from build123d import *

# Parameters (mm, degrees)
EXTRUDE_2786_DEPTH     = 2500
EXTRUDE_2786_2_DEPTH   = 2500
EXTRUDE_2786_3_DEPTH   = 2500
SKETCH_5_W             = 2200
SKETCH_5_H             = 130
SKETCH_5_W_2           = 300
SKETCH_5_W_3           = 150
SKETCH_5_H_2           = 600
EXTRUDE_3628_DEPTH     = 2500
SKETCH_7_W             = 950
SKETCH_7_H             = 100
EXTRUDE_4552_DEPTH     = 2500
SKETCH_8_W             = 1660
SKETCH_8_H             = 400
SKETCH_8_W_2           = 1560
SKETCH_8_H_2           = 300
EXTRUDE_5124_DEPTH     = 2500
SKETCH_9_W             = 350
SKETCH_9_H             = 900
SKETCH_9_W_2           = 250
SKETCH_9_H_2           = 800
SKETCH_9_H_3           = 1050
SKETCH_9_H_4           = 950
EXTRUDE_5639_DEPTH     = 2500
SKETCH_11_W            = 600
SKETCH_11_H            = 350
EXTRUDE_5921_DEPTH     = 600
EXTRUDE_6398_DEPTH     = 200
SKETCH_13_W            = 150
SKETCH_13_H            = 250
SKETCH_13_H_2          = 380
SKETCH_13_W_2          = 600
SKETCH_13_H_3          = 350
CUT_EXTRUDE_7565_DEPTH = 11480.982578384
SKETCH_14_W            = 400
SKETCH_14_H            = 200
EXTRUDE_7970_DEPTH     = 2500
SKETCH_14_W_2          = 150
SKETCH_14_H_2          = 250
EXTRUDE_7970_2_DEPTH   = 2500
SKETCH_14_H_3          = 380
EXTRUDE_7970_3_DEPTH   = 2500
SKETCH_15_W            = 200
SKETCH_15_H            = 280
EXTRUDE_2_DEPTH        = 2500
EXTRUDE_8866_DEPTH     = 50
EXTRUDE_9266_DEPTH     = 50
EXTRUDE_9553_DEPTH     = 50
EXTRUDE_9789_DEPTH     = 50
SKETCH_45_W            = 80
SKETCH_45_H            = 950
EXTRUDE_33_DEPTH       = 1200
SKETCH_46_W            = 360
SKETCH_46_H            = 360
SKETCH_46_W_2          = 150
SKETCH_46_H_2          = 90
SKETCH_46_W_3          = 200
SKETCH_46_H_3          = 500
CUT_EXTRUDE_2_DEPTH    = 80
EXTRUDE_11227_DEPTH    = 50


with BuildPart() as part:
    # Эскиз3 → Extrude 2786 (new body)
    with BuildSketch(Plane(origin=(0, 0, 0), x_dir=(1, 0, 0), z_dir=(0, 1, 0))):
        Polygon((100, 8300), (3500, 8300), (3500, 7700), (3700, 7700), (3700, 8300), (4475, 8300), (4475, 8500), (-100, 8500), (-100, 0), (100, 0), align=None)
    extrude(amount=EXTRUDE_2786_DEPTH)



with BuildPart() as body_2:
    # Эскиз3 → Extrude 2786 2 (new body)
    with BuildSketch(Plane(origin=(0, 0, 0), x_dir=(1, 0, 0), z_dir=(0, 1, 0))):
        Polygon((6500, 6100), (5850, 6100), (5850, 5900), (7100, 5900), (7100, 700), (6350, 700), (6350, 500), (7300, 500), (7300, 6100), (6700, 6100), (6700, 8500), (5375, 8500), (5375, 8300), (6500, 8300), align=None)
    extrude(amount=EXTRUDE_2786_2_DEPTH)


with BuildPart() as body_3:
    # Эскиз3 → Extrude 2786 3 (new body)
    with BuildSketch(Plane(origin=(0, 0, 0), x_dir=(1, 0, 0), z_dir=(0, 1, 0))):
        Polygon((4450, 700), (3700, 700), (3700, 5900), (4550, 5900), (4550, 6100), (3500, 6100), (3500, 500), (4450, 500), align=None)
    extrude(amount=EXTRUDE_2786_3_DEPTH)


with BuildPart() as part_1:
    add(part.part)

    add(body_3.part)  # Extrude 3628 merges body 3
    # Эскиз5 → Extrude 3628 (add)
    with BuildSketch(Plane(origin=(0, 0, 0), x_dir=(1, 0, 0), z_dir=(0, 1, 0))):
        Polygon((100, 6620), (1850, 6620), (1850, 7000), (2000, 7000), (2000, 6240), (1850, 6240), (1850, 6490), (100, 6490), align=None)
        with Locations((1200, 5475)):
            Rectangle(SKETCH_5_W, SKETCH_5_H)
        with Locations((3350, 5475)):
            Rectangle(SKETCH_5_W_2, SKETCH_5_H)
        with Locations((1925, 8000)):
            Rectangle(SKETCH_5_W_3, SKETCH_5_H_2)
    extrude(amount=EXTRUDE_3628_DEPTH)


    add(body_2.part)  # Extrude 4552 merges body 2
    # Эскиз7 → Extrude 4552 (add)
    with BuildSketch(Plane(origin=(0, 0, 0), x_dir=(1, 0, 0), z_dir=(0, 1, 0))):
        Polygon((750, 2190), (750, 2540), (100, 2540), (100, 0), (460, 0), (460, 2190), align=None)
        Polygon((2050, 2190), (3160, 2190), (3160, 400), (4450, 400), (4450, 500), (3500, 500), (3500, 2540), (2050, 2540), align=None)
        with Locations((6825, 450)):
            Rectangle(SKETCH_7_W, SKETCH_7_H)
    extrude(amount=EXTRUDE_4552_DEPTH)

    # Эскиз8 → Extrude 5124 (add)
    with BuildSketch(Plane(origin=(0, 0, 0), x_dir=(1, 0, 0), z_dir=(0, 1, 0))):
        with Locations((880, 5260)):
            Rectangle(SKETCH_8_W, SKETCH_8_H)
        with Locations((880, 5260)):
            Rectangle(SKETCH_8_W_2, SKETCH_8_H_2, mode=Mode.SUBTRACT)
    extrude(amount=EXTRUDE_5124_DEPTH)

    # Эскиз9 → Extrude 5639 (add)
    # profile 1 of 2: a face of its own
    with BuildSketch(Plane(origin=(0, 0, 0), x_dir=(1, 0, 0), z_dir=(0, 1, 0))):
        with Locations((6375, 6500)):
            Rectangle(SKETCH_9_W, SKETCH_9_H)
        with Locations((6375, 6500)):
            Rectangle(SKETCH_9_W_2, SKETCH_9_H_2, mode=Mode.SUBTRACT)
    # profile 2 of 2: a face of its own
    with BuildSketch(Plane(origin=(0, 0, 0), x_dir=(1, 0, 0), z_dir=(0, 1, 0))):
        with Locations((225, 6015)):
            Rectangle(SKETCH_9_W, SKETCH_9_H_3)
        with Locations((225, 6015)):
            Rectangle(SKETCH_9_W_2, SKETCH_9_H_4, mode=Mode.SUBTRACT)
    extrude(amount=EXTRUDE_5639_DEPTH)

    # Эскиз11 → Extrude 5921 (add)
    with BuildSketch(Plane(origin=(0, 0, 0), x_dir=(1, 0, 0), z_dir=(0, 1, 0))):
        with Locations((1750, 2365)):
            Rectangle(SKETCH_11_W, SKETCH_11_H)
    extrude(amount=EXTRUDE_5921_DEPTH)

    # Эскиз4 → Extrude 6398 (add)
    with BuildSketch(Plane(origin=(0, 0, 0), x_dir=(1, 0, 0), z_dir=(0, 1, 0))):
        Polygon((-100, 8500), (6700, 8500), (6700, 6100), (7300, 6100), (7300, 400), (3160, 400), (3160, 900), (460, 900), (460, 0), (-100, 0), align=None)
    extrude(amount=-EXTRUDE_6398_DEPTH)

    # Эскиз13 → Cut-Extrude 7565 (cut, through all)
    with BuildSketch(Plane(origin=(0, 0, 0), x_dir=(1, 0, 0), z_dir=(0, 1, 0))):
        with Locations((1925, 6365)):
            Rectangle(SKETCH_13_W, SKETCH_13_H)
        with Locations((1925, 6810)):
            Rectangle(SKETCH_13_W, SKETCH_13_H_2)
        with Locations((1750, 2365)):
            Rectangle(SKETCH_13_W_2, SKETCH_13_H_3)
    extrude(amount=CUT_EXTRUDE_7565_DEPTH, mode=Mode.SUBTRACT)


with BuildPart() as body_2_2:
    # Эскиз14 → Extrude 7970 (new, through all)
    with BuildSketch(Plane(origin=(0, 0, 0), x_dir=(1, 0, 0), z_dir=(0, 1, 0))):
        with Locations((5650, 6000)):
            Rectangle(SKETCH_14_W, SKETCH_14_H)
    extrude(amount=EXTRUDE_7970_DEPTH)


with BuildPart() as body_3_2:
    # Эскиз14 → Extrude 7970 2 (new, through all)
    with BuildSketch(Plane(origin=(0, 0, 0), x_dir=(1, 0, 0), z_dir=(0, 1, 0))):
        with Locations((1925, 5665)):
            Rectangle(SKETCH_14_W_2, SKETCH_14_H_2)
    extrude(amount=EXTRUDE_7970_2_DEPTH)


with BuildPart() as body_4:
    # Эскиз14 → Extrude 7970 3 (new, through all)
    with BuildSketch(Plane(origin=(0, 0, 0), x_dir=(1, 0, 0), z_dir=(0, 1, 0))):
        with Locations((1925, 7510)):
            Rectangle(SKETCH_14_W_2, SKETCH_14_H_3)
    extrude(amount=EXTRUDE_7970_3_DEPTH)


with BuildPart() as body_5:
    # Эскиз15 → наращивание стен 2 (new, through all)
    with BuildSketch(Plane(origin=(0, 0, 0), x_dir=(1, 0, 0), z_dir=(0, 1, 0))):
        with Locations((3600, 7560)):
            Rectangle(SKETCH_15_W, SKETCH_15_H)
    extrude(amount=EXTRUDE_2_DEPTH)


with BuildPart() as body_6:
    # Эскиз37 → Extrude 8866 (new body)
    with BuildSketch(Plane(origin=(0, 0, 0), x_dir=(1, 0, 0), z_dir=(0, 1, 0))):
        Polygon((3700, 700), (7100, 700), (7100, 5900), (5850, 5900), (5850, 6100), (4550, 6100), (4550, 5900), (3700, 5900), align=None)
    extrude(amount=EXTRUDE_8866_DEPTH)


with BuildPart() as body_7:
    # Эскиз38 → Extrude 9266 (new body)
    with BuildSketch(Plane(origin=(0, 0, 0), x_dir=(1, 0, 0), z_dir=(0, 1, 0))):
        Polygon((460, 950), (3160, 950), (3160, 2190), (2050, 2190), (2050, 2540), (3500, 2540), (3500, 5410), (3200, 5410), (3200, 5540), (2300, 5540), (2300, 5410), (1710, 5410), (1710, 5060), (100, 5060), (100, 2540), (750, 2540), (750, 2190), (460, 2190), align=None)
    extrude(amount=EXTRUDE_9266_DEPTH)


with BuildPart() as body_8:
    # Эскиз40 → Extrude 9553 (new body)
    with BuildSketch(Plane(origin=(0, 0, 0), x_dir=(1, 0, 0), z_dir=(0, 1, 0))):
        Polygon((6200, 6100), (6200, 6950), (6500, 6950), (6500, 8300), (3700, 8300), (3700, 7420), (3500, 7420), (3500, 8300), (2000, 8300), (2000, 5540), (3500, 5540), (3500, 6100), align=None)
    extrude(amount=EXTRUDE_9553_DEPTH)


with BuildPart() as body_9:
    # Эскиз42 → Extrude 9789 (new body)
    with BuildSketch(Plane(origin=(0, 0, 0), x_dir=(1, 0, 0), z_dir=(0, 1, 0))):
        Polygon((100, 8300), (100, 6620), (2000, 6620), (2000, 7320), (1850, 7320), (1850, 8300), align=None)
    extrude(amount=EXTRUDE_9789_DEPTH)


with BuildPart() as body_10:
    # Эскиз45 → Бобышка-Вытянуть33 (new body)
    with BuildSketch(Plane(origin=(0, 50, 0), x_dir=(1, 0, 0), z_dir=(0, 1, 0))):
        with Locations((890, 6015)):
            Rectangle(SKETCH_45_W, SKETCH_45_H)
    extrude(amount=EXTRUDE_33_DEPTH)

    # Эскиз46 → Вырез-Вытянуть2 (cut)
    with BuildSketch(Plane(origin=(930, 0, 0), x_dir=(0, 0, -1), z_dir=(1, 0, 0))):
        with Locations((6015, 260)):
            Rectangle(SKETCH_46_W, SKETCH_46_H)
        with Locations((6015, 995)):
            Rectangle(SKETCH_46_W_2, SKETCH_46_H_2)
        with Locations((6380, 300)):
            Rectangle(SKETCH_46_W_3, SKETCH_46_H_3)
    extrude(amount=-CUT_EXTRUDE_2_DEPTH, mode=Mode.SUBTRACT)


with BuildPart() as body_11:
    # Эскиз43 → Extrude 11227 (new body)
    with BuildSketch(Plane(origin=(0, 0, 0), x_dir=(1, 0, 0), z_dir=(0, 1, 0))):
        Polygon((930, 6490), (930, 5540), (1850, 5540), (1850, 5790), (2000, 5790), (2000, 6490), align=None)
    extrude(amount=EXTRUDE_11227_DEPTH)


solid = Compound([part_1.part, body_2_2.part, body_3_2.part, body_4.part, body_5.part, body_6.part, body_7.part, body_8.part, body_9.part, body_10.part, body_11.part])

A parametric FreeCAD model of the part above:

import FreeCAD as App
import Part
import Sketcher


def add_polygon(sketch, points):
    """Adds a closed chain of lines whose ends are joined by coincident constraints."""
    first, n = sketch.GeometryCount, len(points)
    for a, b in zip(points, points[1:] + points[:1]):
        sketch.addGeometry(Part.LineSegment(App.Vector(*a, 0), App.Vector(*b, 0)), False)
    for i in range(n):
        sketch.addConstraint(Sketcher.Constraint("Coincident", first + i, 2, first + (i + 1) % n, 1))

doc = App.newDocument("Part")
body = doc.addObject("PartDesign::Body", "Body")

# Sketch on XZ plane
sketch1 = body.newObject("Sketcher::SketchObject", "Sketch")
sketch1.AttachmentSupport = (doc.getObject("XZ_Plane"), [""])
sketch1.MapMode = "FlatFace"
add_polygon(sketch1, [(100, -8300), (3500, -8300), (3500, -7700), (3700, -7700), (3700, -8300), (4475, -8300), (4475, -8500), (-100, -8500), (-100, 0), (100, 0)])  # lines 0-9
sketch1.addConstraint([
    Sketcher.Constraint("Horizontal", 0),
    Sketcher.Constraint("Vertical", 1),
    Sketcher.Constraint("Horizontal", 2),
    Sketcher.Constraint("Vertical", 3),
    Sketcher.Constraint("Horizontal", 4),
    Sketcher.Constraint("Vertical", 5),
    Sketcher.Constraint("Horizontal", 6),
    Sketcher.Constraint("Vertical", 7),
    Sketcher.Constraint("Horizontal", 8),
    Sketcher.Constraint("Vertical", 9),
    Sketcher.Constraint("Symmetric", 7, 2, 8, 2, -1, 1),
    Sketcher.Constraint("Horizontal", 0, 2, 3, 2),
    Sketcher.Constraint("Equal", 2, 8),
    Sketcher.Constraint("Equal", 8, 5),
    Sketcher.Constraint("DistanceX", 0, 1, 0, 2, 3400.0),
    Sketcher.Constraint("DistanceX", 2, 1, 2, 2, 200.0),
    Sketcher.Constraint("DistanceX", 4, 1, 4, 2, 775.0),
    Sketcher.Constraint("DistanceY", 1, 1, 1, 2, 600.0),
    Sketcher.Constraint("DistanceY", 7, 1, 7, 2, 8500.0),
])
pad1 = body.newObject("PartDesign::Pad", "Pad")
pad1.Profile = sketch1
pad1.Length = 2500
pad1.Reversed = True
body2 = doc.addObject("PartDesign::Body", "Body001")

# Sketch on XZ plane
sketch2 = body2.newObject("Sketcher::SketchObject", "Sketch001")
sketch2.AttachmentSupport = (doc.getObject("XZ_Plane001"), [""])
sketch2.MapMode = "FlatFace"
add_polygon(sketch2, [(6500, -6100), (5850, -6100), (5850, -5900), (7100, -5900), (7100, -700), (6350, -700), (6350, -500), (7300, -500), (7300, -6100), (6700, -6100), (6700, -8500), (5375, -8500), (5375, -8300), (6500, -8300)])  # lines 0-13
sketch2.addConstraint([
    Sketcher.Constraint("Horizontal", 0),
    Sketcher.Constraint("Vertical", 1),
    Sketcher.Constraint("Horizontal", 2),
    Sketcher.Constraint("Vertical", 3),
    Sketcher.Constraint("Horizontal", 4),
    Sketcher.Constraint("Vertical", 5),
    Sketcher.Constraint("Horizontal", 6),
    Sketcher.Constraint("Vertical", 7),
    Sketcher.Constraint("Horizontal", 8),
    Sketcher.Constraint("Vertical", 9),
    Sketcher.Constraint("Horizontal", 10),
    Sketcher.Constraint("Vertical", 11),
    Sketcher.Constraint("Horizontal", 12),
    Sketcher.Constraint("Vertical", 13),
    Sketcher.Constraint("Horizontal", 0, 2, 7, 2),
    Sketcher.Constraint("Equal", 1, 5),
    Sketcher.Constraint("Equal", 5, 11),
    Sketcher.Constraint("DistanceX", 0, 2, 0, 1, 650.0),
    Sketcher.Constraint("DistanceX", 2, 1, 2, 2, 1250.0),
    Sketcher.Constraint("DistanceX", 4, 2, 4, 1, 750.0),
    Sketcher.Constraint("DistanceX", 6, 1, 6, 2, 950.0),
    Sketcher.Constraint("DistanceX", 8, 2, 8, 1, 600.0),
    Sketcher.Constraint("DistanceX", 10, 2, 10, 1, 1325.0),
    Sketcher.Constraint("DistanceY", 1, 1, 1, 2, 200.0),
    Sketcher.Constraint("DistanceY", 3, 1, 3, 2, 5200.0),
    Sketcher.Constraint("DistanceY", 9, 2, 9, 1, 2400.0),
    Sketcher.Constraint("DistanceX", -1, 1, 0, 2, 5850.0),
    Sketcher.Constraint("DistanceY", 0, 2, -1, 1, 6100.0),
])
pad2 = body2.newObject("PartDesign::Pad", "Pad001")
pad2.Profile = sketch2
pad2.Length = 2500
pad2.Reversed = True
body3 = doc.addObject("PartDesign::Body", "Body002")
...
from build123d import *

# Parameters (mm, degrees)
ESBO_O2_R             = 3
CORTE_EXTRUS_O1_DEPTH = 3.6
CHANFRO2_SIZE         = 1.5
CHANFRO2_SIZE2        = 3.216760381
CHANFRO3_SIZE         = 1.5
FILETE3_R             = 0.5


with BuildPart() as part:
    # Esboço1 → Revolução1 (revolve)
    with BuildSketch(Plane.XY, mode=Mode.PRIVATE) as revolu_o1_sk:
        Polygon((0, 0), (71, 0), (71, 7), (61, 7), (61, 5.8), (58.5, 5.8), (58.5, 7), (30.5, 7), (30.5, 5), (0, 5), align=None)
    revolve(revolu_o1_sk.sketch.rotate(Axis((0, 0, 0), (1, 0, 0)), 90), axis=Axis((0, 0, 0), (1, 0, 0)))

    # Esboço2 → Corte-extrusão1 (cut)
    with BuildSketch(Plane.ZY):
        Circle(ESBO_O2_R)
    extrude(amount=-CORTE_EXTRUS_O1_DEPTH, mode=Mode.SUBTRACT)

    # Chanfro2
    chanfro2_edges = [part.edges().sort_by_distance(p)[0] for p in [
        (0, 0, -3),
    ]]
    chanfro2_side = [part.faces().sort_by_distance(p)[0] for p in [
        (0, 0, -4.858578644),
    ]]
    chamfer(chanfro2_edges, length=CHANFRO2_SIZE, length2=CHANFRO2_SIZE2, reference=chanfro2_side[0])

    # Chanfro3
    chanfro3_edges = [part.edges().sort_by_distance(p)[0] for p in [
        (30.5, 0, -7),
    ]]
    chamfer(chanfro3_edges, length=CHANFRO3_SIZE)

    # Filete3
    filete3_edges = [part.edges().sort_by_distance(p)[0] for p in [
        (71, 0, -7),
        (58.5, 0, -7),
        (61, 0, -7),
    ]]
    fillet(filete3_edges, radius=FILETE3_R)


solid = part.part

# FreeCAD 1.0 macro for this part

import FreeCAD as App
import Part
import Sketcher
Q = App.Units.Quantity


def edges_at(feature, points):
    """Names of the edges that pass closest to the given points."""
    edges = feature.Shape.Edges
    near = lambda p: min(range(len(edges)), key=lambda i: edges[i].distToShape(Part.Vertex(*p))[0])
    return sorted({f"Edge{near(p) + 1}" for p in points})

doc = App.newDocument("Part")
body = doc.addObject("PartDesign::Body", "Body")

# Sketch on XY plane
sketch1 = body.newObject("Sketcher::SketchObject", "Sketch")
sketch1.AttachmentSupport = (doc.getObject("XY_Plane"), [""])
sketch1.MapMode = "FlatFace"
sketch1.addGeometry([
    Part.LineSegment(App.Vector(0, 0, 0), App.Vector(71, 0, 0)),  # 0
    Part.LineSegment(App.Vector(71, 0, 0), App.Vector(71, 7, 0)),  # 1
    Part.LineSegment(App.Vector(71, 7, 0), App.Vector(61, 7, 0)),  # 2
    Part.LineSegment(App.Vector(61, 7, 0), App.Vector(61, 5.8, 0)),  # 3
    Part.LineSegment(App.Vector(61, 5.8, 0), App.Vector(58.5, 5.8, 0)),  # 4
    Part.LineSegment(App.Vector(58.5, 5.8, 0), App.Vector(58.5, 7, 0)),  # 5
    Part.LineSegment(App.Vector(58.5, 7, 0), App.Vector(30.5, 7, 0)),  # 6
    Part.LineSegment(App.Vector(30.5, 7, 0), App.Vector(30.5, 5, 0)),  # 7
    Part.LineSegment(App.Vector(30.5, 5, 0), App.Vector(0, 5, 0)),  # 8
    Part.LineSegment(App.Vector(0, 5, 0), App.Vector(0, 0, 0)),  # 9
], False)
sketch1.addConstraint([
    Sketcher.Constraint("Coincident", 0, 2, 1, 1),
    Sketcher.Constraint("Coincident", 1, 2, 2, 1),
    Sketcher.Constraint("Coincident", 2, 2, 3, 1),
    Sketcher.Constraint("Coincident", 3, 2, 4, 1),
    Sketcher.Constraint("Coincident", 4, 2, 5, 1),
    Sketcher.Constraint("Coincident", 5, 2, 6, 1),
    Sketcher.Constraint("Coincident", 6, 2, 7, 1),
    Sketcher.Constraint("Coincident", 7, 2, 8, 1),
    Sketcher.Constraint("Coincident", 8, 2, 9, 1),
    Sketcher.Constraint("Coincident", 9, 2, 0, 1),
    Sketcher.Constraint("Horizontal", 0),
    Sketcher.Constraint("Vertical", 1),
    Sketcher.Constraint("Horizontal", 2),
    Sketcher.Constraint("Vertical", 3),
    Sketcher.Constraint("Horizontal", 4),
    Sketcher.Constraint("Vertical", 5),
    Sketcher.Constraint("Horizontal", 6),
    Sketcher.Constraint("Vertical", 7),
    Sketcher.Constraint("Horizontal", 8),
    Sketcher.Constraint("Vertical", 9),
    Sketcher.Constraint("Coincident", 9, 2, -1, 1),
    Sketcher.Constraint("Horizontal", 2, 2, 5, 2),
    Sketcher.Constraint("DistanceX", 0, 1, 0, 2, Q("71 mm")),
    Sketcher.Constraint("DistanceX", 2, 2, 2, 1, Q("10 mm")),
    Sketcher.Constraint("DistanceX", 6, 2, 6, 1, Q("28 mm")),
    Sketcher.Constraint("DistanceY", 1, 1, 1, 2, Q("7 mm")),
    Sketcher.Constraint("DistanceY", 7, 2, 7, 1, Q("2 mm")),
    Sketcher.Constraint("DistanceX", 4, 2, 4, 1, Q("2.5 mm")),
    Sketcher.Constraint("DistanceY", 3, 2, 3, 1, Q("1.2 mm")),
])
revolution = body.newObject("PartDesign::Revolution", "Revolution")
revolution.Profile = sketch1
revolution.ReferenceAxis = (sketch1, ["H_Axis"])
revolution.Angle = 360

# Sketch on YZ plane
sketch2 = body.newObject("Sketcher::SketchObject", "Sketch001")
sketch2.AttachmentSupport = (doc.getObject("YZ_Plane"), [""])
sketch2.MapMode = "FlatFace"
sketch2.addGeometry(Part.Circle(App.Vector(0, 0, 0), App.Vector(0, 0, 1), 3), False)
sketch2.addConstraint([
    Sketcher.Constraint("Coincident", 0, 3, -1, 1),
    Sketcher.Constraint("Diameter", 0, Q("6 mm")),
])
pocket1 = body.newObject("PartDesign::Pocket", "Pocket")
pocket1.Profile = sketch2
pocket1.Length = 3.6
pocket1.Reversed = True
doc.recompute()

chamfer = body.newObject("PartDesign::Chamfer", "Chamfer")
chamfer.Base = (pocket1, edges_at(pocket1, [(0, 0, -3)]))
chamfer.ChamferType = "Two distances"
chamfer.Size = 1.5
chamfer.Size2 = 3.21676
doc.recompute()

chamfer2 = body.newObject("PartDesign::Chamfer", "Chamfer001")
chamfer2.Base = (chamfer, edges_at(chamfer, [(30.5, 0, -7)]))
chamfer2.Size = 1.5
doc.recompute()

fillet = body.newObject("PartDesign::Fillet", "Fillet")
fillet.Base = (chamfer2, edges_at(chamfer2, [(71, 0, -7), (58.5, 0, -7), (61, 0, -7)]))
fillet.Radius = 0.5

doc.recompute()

* _WORK INSTRUCTION_
Only a number is wanted here: the count of lines above that hold the word "revolve".

* _RESPONSE_
2